§ TASK DATA
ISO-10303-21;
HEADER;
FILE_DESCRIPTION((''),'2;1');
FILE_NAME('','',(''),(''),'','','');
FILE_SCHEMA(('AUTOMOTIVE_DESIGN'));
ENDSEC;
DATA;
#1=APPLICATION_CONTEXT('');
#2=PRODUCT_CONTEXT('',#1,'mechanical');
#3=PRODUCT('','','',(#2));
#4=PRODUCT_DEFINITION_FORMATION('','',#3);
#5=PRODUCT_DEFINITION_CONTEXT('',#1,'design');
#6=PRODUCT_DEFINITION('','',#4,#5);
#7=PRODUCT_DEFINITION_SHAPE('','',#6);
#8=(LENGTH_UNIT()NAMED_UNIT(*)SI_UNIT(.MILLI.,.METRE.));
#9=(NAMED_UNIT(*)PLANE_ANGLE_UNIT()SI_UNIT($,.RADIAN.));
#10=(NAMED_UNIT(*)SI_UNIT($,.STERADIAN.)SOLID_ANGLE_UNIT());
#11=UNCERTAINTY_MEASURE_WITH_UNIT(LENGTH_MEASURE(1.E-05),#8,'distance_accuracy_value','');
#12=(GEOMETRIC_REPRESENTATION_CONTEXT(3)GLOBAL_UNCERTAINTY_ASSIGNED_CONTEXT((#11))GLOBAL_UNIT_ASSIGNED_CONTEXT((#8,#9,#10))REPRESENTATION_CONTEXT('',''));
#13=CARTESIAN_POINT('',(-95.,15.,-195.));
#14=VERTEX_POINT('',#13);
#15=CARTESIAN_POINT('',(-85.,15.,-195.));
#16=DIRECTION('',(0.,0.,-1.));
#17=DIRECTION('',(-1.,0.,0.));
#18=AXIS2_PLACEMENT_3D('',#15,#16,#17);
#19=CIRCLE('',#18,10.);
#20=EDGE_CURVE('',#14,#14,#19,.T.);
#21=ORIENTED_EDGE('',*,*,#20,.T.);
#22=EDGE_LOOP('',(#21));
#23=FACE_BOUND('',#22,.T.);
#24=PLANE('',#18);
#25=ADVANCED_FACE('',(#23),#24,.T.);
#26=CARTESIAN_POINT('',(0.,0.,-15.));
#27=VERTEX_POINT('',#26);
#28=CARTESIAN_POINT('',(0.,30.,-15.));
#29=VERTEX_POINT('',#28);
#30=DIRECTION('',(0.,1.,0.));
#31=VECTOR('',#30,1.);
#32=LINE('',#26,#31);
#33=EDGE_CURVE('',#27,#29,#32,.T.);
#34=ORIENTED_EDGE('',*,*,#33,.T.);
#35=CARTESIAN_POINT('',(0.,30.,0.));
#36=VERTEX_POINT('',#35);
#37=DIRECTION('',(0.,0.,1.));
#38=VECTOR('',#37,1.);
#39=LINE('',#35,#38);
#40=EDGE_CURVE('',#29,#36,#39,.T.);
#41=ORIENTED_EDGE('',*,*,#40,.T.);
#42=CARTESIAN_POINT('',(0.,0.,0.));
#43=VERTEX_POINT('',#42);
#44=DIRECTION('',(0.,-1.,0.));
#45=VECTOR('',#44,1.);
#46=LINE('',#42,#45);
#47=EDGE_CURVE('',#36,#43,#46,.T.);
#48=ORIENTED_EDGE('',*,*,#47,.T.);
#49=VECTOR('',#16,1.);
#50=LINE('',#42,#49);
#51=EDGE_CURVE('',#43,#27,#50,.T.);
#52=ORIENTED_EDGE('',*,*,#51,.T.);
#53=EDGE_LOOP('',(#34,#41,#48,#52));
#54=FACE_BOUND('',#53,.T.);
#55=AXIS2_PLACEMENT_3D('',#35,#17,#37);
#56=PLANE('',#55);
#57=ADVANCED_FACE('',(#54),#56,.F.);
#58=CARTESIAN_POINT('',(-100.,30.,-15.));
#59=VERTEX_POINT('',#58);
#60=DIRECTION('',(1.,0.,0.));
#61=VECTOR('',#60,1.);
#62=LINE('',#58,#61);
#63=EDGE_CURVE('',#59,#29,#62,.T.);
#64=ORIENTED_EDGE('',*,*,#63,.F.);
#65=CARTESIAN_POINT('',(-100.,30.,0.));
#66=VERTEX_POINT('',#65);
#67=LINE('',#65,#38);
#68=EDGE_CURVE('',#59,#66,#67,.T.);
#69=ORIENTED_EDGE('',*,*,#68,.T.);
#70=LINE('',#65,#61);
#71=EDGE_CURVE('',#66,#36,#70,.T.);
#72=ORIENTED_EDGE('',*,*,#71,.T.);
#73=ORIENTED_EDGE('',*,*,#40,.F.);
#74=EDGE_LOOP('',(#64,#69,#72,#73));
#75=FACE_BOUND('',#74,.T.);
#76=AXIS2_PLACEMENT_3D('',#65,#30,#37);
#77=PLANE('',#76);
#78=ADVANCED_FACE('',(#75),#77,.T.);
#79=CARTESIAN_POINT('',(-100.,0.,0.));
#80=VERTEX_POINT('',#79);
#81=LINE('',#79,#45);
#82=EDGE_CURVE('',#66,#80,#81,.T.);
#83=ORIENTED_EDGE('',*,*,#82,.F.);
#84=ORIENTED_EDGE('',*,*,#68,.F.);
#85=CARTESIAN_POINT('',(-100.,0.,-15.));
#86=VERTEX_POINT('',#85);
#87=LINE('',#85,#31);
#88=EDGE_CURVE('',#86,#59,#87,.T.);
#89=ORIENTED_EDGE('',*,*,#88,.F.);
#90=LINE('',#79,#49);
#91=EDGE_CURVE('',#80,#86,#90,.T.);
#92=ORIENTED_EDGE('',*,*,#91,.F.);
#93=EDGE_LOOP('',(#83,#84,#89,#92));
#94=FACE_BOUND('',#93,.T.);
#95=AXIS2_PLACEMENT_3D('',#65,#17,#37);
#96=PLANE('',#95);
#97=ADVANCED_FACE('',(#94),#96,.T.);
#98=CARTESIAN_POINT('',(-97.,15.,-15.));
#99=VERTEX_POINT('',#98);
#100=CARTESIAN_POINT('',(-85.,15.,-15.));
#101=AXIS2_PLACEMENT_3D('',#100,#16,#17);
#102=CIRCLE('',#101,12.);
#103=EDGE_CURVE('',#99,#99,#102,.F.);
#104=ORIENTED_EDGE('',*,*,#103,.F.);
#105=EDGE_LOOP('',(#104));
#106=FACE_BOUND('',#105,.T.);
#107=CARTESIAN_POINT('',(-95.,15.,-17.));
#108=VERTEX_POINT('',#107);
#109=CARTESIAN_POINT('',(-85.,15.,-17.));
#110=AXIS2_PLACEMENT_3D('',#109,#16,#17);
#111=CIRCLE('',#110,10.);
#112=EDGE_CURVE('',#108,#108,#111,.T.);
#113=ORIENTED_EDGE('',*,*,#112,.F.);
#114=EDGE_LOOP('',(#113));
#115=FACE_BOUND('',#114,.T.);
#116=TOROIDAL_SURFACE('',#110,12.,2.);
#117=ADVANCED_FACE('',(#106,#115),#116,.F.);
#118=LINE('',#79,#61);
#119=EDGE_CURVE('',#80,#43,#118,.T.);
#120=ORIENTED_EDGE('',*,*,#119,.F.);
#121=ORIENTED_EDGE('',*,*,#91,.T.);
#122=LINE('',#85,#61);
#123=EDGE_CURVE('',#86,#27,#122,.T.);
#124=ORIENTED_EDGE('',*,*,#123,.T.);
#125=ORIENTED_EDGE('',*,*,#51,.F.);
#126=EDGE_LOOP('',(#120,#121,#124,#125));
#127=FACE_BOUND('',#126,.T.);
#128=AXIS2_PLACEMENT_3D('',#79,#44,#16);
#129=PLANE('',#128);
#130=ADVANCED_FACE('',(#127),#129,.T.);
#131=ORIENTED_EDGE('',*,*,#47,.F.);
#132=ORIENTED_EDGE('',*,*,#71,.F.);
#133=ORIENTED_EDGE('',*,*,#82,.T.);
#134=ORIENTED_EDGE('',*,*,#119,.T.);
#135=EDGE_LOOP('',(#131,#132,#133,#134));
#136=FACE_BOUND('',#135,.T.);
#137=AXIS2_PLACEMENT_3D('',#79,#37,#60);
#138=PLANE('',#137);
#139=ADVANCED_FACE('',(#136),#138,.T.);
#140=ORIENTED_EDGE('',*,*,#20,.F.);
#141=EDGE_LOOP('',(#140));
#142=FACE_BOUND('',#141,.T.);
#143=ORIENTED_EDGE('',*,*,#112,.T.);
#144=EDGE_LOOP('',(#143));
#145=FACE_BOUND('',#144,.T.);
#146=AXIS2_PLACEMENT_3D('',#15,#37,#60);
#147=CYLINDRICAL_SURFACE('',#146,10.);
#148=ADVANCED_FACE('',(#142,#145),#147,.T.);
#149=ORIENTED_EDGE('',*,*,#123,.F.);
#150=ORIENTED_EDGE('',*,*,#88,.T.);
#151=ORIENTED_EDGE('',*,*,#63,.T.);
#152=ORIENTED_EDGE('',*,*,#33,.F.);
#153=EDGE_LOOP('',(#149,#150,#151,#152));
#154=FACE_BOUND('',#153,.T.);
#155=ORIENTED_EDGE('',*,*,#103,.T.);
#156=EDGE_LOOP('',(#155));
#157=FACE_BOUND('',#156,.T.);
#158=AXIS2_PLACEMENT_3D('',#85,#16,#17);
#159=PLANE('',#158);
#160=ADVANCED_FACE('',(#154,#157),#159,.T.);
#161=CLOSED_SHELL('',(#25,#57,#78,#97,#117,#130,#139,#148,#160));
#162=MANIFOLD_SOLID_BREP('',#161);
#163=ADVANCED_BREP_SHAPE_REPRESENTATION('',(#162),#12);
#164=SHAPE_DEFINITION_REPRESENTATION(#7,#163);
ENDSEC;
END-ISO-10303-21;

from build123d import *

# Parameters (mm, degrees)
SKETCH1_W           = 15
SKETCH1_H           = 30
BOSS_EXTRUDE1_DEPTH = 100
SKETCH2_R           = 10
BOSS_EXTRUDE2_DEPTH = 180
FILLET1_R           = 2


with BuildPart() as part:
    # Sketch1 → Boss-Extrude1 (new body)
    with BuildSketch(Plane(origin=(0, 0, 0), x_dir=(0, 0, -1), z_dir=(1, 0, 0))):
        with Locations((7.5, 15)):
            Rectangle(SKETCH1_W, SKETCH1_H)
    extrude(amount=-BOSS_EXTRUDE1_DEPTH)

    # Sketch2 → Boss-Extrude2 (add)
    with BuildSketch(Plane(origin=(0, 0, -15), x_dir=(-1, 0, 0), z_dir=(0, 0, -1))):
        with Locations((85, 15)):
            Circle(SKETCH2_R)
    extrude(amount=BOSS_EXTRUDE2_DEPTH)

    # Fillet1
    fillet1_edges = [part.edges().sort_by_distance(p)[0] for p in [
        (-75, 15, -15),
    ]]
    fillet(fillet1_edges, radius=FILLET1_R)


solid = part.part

--

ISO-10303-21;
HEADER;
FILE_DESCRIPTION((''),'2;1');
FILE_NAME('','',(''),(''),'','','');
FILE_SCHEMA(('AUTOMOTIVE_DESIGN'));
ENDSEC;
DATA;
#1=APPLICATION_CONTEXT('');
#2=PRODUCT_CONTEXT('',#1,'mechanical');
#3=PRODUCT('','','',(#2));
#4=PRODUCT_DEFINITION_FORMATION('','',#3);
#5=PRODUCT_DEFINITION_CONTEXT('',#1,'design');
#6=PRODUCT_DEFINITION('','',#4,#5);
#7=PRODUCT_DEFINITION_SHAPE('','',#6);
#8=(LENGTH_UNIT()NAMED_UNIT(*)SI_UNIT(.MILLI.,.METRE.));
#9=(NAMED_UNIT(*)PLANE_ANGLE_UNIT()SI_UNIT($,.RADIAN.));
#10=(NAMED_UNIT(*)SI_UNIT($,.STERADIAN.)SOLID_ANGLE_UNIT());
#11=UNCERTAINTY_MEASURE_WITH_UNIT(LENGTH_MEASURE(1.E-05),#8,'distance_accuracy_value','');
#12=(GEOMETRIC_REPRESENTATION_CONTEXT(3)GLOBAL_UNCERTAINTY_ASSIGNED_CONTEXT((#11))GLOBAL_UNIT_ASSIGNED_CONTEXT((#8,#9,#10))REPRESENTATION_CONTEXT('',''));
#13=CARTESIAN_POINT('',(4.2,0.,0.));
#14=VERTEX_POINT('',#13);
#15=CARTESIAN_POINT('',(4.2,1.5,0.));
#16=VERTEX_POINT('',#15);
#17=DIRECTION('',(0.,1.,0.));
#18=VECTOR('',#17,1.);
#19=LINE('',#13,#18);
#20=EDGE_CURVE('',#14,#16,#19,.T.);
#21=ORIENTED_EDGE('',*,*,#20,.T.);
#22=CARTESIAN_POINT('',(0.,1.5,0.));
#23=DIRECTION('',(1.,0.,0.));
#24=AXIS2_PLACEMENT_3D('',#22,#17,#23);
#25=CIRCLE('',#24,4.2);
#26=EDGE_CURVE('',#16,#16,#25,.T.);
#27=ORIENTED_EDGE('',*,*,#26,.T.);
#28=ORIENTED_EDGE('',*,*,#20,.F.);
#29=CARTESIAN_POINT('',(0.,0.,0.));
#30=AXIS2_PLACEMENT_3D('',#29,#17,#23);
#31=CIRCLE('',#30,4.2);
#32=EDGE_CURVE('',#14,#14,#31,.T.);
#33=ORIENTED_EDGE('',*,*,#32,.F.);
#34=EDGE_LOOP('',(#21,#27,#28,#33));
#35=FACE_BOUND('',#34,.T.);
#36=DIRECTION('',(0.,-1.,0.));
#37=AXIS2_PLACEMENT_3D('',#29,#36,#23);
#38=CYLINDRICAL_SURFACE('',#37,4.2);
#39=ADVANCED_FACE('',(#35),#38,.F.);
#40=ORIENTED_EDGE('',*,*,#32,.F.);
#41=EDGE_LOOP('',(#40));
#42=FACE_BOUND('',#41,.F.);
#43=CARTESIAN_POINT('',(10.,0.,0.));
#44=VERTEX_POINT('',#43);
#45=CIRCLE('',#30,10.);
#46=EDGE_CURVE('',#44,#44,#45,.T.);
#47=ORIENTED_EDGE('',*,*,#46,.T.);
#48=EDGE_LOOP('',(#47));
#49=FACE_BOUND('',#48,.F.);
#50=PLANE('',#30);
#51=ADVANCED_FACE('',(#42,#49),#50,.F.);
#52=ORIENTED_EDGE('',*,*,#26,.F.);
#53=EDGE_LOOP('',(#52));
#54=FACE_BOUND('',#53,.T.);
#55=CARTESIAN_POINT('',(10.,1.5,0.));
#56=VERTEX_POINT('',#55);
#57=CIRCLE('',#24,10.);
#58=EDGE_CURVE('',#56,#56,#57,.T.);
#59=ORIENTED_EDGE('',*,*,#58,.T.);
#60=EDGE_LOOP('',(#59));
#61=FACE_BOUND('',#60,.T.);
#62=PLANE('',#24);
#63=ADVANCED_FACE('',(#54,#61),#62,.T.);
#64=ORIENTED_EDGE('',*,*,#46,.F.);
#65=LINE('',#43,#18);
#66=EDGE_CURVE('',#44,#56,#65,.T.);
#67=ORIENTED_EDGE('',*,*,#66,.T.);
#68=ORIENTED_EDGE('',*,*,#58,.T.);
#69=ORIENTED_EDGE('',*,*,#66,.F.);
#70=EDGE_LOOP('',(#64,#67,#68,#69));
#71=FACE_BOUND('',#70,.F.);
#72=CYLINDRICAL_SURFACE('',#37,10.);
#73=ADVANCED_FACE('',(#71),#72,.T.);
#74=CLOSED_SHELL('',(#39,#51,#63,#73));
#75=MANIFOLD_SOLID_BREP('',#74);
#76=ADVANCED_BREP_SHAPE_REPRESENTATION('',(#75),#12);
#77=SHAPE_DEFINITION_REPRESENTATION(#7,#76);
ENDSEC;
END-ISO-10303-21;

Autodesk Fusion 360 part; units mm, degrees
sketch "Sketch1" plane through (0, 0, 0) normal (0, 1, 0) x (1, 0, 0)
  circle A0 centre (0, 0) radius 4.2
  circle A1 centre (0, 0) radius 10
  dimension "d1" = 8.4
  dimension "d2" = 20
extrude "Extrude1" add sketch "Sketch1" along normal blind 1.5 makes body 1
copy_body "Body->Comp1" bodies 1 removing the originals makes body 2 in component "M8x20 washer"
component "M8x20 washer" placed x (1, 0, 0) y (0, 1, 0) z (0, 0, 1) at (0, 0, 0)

§ WORK TO BE COMPLETED
Among the lines above, repeat exactly those from the line with "#29=VERTEX_POINT('',#28);" to the line with "#40=EDGE_CURVE('',#29,#36,#39,.T.);", counting both ends.

§ TASK RESULT
#29=VERTEX_POINT('',#28);
#30=DIRECTION('',(0.,1.,0.));
#31=VECTOR('',#30,1.);
#32=LINE('',#26,#31);
#33=EDGE_CURVE('',#27,#29,#32,.T.);
#34=ORIENTED_EDGE('',*,*,#33,.T.);
#35=CARTESIAN_POINT('',(0.,30.,0.));
#36=VERTEX_POINT('',#35);
#37=DIRECTION('',(0.,0.,1.));
#38=VECTOR('',#37,1.);
#39=LINE('',#35,#38);
#40=EDGE_CURVE('',#29,#36,#39,.T.);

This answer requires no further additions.